ABOUT THIS EXERCISE
Find the line with "f 245 408 407" in the entries below, then reproduce it and every line after it down to and including the line with "f 272 84 72", exactly.

** DATASET ENTRIES follows **

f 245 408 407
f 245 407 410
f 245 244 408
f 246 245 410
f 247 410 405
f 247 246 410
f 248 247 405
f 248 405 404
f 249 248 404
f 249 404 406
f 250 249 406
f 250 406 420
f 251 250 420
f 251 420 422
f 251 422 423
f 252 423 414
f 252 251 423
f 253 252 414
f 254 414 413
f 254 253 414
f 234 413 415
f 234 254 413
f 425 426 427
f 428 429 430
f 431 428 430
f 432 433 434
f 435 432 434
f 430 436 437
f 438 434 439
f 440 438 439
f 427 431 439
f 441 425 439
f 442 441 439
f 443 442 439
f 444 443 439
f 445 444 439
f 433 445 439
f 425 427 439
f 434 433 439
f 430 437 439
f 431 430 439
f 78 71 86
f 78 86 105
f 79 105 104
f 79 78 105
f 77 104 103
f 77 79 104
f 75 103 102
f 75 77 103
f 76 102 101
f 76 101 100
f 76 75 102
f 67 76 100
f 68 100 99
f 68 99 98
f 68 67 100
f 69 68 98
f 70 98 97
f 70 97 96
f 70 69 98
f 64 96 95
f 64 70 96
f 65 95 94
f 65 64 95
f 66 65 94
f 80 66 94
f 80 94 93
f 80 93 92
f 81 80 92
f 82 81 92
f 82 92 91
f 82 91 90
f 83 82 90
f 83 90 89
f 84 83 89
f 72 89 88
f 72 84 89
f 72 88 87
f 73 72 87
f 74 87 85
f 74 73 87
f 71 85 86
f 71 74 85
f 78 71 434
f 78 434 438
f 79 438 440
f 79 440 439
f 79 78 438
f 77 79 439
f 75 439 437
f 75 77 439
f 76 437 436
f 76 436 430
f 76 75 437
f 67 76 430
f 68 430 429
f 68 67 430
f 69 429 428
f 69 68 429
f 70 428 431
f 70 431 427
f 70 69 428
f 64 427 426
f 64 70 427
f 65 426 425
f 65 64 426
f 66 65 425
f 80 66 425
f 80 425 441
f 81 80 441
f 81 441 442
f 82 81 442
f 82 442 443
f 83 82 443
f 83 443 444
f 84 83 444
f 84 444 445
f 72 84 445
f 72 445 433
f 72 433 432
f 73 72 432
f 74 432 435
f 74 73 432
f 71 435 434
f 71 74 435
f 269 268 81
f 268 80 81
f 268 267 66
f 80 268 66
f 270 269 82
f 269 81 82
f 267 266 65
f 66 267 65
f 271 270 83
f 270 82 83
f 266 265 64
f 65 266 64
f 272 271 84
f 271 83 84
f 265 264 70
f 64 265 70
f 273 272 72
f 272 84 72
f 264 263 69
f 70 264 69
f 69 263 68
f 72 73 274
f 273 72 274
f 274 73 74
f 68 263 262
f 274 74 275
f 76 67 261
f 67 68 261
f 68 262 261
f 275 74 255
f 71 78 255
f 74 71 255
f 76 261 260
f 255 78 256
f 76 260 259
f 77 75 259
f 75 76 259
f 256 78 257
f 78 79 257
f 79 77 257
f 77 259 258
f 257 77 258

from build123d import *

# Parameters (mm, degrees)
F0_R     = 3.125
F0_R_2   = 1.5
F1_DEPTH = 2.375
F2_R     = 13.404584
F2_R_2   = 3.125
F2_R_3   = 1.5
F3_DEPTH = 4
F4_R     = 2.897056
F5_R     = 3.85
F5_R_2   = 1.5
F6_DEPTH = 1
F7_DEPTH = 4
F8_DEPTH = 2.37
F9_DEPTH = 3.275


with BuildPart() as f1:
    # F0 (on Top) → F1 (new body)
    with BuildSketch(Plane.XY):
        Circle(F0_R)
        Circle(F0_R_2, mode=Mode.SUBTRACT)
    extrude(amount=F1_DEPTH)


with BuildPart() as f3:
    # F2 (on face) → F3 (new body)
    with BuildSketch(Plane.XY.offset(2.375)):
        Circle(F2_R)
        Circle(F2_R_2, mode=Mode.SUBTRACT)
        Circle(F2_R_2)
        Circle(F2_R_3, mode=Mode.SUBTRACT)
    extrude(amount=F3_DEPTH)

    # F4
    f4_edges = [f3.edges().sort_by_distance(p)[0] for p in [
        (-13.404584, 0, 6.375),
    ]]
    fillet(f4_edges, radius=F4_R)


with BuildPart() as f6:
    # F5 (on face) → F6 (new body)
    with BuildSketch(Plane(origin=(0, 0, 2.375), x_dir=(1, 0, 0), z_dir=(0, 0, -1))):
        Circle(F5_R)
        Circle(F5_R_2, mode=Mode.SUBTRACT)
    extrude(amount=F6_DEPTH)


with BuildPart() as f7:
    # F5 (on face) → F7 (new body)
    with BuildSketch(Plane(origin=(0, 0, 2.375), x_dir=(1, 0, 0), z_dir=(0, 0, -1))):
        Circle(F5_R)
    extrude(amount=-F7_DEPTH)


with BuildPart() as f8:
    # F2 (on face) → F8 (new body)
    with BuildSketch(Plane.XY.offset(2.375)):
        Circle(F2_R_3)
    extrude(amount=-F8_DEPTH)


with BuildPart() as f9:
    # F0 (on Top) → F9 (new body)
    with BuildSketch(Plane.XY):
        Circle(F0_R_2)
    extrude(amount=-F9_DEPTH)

** End of DATASET ENTRIES **
** DATASET ENTRIES follows **

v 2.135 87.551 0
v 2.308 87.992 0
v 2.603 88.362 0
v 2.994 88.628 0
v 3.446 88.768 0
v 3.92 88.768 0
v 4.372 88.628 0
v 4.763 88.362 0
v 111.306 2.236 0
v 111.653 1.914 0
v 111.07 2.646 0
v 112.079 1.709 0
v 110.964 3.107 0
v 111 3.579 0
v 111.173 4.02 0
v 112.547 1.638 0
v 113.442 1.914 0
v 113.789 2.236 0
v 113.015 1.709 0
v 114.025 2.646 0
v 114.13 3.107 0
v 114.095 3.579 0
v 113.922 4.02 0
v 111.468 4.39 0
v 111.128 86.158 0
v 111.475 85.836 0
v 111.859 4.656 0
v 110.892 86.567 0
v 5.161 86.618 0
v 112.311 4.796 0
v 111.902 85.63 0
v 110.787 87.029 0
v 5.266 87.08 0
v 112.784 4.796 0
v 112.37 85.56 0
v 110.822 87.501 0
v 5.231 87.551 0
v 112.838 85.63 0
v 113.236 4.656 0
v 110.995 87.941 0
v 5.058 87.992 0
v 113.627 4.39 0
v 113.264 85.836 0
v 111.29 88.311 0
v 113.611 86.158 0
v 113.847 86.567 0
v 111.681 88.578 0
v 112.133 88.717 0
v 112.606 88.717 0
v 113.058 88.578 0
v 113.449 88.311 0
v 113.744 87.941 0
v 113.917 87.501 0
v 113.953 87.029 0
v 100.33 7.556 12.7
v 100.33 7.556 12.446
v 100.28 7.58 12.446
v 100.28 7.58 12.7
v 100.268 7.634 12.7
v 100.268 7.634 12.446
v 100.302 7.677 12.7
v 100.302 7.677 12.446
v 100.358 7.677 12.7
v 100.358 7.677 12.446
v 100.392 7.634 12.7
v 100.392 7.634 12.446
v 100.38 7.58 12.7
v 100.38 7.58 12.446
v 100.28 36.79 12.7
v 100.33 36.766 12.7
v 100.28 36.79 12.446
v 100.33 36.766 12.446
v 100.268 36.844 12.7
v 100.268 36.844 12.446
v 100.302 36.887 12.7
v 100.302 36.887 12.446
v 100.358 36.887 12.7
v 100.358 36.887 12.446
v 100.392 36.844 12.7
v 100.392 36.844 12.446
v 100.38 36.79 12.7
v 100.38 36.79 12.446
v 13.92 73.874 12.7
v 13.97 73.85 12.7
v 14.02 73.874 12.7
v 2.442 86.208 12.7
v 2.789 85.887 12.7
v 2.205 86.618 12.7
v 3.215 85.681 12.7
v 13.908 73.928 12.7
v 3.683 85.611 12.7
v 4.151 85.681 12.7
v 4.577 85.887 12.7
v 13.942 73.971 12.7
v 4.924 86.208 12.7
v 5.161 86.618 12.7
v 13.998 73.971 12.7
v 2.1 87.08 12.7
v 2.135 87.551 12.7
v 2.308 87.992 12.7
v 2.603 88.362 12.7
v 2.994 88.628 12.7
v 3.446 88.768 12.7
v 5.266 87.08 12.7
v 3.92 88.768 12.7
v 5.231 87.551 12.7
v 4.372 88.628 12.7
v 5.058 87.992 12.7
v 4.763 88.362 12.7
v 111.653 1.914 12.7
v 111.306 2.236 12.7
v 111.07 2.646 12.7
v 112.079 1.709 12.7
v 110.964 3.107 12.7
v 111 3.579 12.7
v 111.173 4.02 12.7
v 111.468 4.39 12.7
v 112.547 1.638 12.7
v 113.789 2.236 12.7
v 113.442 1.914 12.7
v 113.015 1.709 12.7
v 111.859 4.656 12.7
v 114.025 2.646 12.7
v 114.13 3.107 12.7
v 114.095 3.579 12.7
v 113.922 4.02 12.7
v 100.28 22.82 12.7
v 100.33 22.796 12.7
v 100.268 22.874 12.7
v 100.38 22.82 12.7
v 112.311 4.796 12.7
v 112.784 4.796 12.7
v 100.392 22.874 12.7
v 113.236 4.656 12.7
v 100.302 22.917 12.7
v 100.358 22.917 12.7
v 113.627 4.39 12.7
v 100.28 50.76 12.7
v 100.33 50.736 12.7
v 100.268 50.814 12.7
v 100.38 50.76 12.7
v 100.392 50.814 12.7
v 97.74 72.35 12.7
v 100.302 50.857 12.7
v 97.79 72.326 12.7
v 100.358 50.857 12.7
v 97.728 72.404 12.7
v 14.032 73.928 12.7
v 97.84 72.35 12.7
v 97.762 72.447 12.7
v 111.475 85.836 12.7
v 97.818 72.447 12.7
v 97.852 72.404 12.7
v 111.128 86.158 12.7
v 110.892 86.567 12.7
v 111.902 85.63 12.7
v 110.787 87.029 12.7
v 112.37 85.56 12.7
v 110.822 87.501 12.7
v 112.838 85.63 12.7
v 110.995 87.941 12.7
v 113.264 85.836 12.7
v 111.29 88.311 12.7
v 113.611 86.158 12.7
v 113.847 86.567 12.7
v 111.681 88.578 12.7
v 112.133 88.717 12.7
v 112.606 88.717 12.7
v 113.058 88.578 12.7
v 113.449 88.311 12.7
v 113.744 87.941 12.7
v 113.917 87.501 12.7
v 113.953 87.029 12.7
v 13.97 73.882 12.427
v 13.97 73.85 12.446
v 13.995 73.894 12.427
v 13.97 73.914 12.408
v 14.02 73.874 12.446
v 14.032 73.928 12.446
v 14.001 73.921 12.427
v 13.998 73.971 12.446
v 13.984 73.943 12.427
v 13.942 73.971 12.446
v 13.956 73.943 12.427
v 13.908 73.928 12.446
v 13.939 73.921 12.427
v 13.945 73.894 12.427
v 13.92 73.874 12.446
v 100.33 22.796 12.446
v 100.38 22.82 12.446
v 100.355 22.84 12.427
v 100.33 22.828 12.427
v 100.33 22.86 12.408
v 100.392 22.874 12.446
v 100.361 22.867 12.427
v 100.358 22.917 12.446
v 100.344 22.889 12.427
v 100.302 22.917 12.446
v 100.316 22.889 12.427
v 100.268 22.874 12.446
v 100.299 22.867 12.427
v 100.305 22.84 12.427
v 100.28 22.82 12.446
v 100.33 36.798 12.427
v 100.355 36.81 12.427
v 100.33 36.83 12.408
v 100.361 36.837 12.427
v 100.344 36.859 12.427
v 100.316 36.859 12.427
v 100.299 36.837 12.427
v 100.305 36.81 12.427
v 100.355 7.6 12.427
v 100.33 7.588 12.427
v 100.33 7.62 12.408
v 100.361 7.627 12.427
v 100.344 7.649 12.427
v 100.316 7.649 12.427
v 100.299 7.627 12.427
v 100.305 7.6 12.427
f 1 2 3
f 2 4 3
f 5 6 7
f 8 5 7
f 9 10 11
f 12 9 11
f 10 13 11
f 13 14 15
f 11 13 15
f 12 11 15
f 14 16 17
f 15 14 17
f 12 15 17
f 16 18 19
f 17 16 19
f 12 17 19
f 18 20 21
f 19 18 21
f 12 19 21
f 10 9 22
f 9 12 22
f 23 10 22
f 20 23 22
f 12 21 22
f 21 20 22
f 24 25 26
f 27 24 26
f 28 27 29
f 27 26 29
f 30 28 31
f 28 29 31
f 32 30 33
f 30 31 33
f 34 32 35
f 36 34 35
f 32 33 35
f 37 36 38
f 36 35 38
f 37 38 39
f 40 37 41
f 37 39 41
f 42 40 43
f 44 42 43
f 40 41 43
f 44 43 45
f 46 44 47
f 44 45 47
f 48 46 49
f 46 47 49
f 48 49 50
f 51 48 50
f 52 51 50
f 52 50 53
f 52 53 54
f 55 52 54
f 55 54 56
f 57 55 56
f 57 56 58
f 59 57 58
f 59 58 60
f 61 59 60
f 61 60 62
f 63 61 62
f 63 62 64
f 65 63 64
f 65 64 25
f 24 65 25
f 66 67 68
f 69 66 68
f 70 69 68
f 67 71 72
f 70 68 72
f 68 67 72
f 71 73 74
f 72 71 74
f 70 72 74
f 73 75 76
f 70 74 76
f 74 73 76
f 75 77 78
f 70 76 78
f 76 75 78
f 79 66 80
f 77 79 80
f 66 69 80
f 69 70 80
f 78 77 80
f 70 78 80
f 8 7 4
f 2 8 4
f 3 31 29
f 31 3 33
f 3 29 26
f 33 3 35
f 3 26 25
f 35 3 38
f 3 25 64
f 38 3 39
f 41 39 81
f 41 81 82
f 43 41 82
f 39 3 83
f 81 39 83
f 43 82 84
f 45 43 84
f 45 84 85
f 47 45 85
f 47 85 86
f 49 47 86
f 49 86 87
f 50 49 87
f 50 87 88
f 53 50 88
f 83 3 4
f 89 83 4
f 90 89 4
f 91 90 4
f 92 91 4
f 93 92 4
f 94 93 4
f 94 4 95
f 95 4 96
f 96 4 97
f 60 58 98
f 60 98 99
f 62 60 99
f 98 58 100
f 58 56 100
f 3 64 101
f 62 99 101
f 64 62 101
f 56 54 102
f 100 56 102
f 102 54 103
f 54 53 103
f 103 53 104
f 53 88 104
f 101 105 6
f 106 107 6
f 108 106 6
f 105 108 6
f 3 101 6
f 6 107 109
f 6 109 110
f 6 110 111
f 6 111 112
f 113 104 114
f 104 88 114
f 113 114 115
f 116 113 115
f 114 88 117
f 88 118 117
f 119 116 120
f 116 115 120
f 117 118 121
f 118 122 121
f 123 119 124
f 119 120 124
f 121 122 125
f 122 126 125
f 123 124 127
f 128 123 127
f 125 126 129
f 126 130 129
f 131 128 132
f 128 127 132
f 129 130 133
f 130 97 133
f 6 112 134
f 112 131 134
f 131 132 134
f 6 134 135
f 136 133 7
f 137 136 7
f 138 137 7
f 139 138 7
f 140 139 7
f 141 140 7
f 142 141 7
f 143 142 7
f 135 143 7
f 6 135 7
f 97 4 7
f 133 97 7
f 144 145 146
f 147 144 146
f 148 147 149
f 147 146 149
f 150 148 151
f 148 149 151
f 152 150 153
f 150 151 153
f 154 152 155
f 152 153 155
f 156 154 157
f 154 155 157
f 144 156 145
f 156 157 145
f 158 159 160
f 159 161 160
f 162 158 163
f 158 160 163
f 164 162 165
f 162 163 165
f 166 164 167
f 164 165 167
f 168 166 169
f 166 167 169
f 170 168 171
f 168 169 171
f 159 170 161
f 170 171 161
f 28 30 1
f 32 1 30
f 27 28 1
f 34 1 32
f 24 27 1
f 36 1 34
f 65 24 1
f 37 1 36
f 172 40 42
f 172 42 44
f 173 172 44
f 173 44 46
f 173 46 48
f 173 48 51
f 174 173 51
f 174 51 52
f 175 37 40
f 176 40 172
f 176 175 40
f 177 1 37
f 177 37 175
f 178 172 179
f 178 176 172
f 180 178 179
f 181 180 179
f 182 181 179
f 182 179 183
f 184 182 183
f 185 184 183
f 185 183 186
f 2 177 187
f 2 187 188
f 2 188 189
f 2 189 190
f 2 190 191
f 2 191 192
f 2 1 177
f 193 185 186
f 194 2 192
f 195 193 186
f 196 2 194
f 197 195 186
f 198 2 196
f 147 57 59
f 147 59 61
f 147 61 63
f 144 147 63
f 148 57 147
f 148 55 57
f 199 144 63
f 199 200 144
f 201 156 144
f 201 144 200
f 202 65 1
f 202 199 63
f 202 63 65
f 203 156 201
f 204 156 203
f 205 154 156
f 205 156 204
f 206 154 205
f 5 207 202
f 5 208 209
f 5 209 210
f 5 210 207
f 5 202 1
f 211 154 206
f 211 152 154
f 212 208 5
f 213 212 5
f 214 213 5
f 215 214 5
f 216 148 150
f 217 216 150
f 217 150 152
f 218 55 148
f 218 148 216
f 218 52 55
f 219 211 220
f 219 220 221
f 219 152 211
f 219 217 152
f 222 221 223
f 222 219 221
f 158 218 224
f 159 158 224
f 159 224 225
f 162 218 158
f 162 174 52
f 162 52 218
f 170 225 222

** End of DATASET ENTRIES **

TASK RESULT
f 245 408 407
f 245 407 410
f 245 244 408
f 246 245 410
f 247 410 405
f 247 246 410
f 248 247 405
f 248 405 404
f 249 248 404
f 249 404 406
f 250 249 406
f 250 406 420
f 251 250 420
f 251 420 422
f 251 422 423
f 252 423 414
f 252 251 423
f 253 252 414
f 254 414 413
f 254 253 414
f 234 413 415
f 234 254 413
f 425 426 427
f 428 429 430
f 431 428 430
f 432 433 434
f 435 432 434
f 430 436 437
f 438 434 439
f 440 438 439
f 427 431 439
f 441 425 439
f 442 441 439
f 443 442 439
f 444 443 439
f 445 444 439
f 433 445 439
f 425 427 439
f 434 433 439
f 430 437 439
f 431 430 439
f 78 71 86
f 78 86 105
f 79 105 104
f 79 78 105
f 77 104 103
f 77 79 104
f 75 103 102
f 75 77 103
f 76 102 101
f 76 101 100
f 76 75 102
f 67 76 100
f 68 100 99
f 68 99 98
f 68 67 100
f 69 68 98
f 70 98 97
f 70 97 96
f 70 69 98
f 64 96 95
f 64 70 96
f 65 95 94
f 65 64 95
f 66 65 94
f 80 66 94
f 80 94 93
f 80 93 92
f 81 80 92
f 82 81 92
f 82 92 91
f 82 91 90
f 83 82 90
f 83 90 89
f 84 83 89
f 72 89 88
f 72 84 89
f 72 88 87
f 73 72 87
f 74 87 85
f 74 73 87
f 71 85 86
f 71 74 85
f 78 71 434
f 78 434 438
f 79 438 440
f 79 440 439
f 79 78 438
f 77 79 439
f 75 439 437
f 75 77 439
f 76 437 436
f 76 436 430
f 76 75 437
f 67 76 430
f 68 430 429
f 68 67 430
f 69 429 428
f 69 68 429
f 70 428 431
f 70 431 427
f 70 69 428
f 64 427 426
f 64 70 427
f 65 426 425
f 65 64 426
f 66 65 425
f 80 66 425
f 80 425 441
f 81 80 441
f 81 441 442
f 82 81 442
f 82 442 443
f 83 82 443
f 83 443 444
f 84 83 444
f 84 444 445
f 72 84 445
f 72 445 433
f 72 433 432
f 73 72 432
f 74 432 435
f 74 73 432
f 71 435 434
f 71 74 435
f 269 268 81
f 268 80 81
f 268 267 66
f 80 268 66
f 270 269 82
f 269 81 82
f 267 266 65
f 66 267 65
f 271 270 83
f 270 82 83
f 266 265 64
f 65 266 64
f 272 271 84
f 271 83 84
f 265 264 70
f 64 265 70
f 273 272 72
f 272 84 72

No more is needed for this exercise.